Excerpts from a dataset
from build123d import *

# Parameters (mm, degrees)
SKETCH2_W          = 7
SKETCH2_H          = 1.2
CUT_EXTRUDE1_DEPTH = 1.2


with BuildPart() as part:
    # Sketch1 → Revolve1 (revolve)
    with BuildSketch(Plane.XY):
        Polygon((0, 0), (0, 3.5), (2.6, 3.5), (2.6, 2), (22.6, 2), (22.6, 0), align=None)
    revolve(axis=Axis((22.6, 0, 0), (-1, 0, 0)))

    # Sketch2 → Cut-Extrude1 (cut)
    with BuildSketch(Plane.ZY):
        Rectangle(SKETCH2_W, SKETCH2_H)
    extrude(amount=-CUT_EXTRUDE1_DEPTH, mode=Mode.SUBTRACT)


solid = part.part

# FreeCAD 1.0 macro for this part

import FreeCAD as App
import Part
import Sketcher
Q = App.Units.Quantity

doc = App.newDocument("Part")
params = doc.addObject("Spreadsheet::Sheet", "Params")
for row, (alias, value) in enumerate([
    ("sketch1_width", "20 mm"),
    ("sketch1_height", "2 mm"),
    ("sketch1_width2", "22.6 mm"),
    ("sketch1_height2", "3.5 mm"),
    ("revolution_angle", "360 deg"),
    ("sketch2_height", "7 mm"),
    ("sketch2_width", "1.2 mm"),
    ("pocket1_length", "1.2 mm"),
], start=1):
    params.set(f"A{row}", alias)
    params.set(f"B{row}", "=" + value)
    params.setAlias(f"B{row}", alias)

body = doc.addObject("PartDesign::Body", "Body")

sketch1 = body.newObject("Sketcher::SketchObject", "Sketch")
sketch1.AttachmentSupport = (doc.getObject("XY_Plane"), [""])
sketch1.MapMode = "FlatFace"
sketch1.addGeometry([
    Part.LineSegment(App.Vector(0, 3.5, 0), App.Vector(0, 0, 0)),
    Part.LineSegment(App.Vector(0, 0, 0), App.Vector(22.6, 0, 0)),
    Part.LineSegment(App.Vector(22.6, 0, 0), App.Vector(22.6, 2, 0)),
    Part.LineSegment(App.Vector(22.6, 2, 0), App.Vector(2.6, 2, 0)),
    Part.LineSegment(App.Vector(2.6, 2, 0), App.Vector(2.6, 3.5, 0)),
    Part.LineSegment(App.Vector(2.6, 3.5, 0), App.Vector(0, 3.5, 0)),
], False)
sketch1.addConstraint([
    Sketcher.Constraint("Coincident", 0, 2, 1, 1),
    Sketcher.Constraint("Coincident", 1, 2, 2, 1),
    Sketcher.Constraint("Coincident", 2, 2, 3, 1),
    Sketcher.Constraint("Coincident", 3, 2, 4, 1),
    Sketcher.Constraint("Coincident", 4, 2, 5, 1),
    Sketcher.Constraint("Coincident", 5, 2, 0, 1),
    Sketcher.Constraint("Vertical", 0),
    Sketcher.Constraint("Horizontal", 1),
    Sketcher.Constraint("Vertical", 2),
    Sketcher.Constraint("Horizontal", 3),
    Sketcher.Constraint("Vertical", 4),
    Sketcher.Constraint("Horizontal", 5),
    Sketcher.Constraint("Coincident", 0, 2, -1, 1),
    Sketcher.Constraint("DistanceX", 3, 2, 3, 1, Q("20 mm")),
    Sketcher.Constraint("DistanceY", 2, 1, 2, 2, Q("2 mm")),
    Sketcher.Constraint("DistanceX", 1, 1, 1, 2, Q("22.6 mm")),
    Sketcher.Constraint("DistanceY", 0, 2, 0, 1, Q("3.5 mm")),
])
sketch1.setExpression("Constraints[13]", "Params.sketch1_width")
sketch1.setExpression("Constraints[14]", "Params.sketch1_height")
sketch1.setExpression("Constraints[15]", "Params.sketch1_width2")
sketch1.setExpression("Constraints[16]", "Params.sketch1_height2")
revolution = body.newObject("PartDesign::Revolution", "Revolution")
revolution.Profile = sketch1
revolution.ReferenceAxis = (sketch1, ["H_Axis"])
revolution.setExpression("Angle", "Params.revolution_angle")

sketch2 = body.newObject("Sketcher::SketchObject", "Sketch001")
sketch2.AttachmentSupport = (doc.getObject("YZ_Plane"), [""])
sketch2.MapMode = "FlatFace"
sketch2.addGeometry([
    Part.LineSegment(App.Vector(0.6, -3.5, 0), App.Vector(-0.6, -3.5, 0)),
    Part.LineSegment(App.Vector(-0.6, -3.5, 0), App.Vector(-0.6, 3.5, 0)),
    Part.LineSegment(App.Vector(-0.6, 3.5, 0), App.Vector(0.6, 3.5, 0)),
    Part.LineSegment(App.Vector(0.6, 3.5, 0), App.Vector(0.6, -3.5, 0)),
], False)
sketch2.addConstraint([
    Sketcher.Constraint("Coincident", 0, 2, 1, 1),
    Sketcher.Constraint("Coincident", 1, 2, 2, 1),
    Sketcher.Constraint("Coincident", 2, 2, 3, 1),
    Sketcher.Constraint("Coincident", 3, 2, 0, 1),
    Sketcher.Constraint("Horizontal", 0),
    Sketcher.Constraint("Vertical", 1),
    Sketcher.Constraint("Horizontal", 2),
    Sketcher.Constraint("Vertical", 3),
    Sketcher.Constraint("Symmetric", 0, 2, 2, 2, -1, 1),
    Sketcher.Constraint("DistanceY", 1, 1, 1, 2, Q("7 mm")),
    Sketcher.Constraint("DistanceX", 0, 2, 0, 1, Q("1.2 mm")),
])
sketch2.setExpression("Constraints[9]", "Params.sketch2_height")
sketch2.setExpression("Constraints[10]", "Params.sketch2_width")
pocket1 = body.newObject("PartDesign::Pocket", "Pocket")
pocket1.Profile = sketch2
pocket1.setExpression("Length", "Params.pocket1_length")
pocket1.Reversed = True

doc.recompute()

→ **YOUR ASSIGNMENT**
Look through the entries, and return every line that the word "BuildSketch" appears in.

→ **WORKED SOLUTION**
    with BuildSketch(Plane.XY):
    with BuildSketch(Plane.ZY):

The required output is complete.